EXERCISE DESCRIPTION
Only the lines from the first line of the records through the line containing "v -31.25 -54.127 685" belong in the answer. Copy them exactly.

Items listed in a dataset:
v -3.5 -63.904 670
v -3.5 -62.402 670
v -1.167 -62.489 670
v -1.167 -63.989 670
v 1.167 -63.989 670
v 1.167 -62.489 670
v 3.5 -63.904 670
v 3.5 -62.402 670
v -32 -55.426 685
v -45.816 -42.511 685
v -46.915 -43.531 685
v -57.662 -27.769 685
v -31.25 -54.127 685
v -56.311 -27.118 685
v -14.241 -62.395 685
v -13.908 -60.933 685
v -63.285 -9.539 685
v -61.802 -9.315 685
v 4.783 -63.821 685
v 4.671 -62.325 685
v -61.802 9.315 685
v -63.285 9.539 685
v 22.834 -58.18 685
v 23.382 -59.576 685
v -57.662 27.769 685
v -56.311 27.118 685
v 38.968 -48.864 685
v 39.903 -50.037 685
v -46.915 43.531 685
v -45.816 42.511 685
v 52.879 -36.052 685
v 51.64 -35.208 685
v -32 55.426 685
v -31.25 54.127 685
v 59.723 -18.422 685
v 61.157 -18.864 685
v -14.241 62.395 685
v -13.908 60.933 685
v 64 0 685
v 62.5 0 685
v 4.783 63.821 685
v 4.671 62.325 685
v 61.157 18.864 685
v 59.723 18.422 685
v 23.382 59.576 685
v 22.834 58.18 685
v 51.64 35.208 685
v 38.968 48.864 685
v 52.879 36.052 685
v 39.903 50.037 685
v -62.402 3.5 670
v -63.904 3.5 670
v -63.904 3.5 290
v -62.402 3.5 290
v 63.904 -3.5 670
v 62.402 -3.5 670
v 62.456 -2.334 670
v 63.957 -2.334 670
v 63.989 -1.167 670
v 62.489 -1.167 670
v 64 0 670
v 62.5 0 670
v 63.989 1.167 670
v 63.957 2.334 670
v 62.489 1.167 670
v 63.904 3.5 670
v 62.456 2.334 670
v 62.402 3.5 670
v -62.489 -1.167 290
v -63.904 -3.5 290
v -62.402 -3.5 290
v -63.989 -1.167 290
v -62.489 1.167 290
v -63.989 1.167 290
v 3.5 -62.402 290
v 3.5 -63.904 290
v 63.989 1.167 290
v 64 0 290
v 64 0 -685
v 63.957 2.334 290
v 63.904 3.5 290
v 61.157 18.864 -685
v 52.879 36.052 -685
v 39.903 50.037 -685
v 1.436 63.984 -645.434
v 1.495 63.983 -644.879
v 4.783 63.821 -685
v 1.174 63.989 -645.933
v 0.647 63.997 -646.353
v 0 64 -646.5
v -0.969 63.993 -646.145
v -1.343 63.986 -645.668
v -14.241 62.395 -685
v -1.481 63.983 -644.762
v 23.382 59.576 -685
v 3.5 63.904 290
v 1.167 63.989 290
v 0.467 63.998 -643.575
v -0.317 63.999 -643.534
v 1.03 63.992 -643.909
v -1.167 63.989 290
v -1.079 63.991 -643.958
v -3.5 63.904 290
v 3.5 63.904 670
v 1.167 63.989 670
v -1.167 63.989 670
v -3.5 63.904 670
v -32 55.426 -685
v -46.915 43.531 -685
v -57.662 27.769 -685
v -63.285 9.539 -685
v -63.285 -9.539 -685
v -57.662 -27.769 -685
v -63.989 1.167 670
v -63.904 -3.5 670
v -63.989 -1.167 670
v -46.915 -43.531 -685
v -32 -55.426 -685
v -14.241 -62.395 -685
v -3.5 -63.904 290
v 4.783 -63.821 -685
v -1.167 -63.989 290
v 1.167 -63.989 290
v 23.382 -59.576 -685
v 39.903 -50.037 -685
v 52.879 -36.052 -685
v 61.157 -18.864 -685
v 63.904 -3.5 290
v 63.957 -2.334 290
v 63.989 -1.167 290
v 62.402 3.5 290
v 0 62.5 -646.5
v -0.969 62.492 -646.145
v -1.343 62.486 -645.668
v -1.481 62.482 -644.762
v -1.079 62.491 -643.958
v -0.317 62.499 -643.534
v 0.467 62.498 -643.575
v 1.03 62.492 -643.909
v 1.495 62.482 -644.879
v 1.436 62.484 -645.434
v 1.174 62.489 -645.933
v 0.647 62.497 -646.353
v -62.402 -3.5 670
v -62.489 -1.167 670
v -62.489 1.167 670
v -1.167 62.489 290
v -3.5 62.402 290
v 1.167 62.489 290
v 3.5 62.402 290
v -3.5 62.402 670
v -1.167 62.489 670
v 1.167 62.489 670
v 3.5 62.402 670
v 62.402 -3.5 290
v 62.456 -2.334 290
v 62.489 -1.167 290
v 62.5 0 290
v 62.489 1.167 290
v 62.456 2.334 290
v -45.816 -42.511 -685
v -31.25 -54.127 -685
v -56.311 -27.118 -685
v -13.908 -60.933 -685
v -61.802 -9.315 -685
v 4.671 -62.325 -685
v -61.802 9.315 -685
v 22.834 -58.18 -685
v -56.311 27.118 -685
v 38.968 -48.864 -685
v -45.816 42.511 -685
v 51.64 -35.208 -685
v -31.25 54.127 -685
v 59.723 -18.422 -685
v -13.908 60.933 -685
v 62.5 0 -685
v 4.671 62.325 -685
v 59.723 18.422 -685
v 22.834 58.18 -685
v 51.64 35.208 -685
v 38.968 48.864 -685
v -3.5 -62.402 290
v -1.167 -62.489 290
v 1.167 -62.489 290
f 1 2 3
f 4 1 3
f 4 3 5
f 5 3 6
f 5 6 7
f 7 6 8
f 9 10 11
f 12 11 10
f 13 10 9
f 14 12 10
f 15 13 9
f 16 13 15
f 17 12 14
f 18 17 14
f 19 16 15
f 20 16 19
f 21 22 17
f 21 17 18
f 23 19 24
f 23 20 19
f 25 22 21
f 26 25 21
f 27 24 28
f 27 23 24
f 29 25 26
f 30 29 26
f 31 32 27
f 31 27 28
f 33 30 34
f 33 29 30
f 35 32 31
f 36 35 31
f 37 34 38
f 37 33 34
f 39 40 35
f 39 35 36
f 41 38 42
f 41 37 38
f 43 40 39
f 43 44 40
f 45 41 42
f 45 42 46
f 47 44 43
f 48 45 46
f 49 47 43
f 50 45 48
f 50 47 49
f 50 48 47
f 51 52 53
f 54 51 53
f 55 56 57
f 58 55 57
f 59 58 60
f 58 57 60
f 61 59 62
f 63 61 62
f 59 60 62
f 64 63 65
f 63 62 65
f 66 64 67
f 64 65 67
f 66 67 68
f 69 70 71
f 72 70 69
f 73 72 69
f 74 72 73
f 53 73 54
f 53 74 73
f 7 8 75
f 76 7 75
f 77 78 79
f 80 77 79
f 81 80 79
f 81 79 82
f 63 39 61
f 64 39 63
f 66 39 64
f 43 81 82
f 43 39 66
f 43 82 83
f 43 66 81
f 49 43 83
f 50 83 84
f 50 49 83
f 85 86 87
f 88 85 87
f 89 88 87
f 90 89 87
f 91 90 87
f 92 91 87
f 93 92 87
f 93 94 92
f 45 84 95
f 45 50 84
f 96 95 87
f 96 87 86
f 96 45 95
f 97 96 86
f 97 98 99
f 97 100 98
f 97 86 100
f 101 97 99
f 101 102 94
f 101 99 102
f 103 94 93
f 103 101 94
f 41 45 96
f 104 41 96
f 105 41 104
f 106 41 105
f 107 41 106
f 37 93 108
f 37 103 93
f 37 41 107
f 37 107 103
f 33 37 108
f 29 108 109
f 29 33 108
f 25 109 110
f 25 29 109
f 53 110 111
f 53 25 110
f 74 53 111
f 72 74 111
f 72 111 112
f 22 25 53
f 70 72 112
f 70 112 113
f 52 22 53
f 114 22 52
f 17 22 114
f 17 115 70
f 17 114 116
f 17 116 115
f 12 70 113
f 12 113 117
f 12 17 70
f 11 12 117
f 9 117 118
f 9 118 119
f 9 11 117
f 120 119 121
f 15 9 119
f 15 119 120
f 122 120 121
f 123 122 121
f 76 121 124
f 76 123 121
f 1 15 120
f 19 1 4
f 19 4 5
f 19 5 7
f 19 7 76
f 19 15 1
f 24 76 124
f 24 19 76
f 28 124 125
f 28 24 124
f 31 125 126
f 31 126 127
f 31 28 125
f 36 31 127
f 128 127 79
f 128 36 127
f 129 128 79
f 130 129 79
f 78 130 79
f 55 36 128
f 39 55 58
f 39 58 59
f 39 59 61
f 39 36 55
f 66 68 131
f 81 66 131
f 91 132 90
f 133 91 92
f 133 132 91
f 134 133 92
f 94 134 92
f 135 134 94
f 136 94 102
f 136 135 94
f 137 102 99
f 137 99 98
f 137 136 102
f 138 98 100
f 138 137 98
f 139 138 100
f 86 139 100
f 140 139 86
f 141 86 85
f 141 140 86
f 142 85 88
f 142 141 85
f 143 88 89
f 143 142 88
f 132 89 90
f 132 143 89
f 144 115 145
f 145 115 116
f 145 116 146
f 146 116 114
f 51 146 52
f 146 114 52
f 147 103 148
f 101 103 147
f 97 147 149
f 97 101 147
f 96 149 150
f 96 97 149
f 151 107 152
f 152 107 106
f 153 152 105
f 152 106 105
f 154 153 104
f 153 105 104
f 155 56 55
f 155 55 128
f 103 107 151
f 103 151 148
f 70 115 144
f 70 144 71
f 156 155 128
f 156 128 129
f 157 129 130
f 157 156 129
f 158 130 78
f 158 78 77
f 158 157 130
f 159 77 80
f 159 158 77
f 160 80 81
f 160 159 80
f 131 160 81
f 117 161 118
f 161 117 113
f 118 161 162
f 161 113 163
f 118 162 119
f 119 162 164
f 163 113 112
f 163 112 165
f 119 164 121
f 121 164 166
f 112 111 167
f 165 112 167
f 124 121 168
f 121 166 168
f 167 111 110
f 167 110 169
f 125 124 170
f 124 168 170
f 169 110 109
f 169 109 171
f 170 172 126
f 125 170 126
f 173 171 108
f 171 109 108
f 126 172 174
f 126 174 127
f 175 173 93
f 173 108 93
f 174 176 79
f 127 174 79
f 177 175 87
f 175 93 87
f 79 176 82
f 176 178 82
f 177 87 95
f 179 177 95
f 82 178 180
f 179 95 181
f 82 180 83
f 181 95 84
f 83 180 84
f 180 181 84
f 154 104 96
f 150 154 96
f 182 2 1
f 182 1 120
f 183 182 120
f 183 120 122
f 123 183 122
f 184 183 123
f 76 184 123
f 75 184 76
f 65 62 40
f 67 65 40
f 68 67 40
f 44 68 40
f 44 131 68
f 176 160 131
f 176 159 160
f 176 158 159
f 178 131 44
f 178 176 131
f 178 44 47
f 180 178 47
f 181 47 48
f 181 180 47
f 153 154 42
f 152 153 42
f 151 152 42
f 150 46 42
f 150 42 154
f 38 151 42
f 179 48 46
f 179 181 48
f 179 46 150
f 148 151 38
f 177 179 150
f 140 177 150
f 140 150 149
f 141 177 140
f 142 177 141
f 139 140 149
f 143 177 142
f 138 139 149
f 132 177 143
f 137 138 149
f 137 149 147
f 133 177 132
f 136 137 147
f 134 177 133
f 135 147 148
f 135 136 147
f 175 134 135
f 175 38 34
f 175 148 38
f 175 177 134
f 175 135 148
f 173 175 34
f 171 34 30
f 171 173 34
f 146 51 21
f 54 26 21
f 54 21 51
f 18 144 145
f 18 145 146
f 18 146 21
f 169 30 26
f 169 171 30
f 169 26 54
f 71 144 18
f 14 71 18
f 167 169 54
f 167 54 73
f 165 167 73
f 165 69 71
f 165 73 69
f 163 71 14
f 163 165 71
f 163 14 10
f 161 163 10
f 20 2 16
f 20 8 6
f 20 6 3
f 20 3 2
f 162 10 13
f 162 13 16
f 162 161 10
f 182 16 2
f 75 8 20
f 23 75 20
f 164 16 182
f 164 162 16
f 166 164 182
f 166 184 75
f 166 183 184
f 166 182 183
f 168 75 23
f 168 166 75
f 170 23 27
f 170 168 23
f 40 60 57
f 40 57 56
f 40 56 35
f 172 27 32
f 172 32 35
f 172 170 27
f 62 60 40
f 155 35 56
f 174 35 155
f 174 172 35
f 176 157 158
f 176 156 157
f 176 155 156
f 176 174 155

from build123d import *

# Parameters (mm, degrees)
SKETCH1_R           = 64
SKETCH1_R_2         = 62.5
BOSS_EXTRUDE1_DEPTH = 685
SKETCH2_W           = 7
SKETCH2_H           = 380
CUT_EXTRUDE1_DEPTH  = 75
CIRPATTERN1_COUNT   = 4
SKETCH3_R           = 1.5
CUT_EXTRUDE2_DEPTH  = 691.953688752


with BuildPart() as part:
    # Sketch1 → Boss-Extrude1 (new, symmetric)
    with BuildSketch(Plane.XY):
        Circle(SKETCH1_R)
        Circle(SKETCH1_R_2, mode=Mode.SUBTRACT)
    extrude(amount=BOSS_EXTRUDE1_DEPTH, both=True)

    # Sketch2 → Cut-Extrude1 (cut, symmetric)
    with BuildSketch(Plane(origin=(0, 0, 0), x_dir=(1, 0, 0), z_dir=(0, 1, 0))):
        with Locations((0, -480)):
            Rectangle(SKETCH2_W, SKETCH2_H)
    cut_extrude1 = extrude(amount=CUT_EXTRUDE1_DEPTH, both=True, mode=Mode.SUBTRACT)

    # CirPattern1: Cut-Extrude1 ×4 about axis
    cirpattern1_axis = Axis((0, 0, 685), (0, 0, 1))
    for i in range(1, CIRPATTERN1_COUNT):
        add(cut_extrude1.rotate(cirpattern1_axis, i * 360 / CIRPATTERN1_COUNT), mode=Mode.SUBTRACT)

    # Sketch3 → Cut-Extrude2 (cut, through all)
    with BuildSketch(Plane(origin=(0, 0, 0), x_dir=(1, 0, 0), z_dir=(0, 1, 0))):
        with Locations(Location((0, 645, 0), (0, 0, 90))):
            Circle(SKETCH3_R)
    extrude(amount=CUT_EXTRUDE2_DEPTH, mode=Mode.SUBTRACT)


solid = part.part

RESPONSE TO THIS TASK
v -3.5 -63.904 670
v -3.5 -62.402 670
v -1.167 -62.489 670
v -1.167 -63.989 670
v 1.167 -63.989 670
v 1.167 -62.489 670
v 3.5 -63.904 670
v 3.5 -62.402 670
v -32 -55.426 685
v -45.816 -42.511 685
v -46.915 -43.531 685
v -57.662 -27.769 685
v -31.25 -54.127 685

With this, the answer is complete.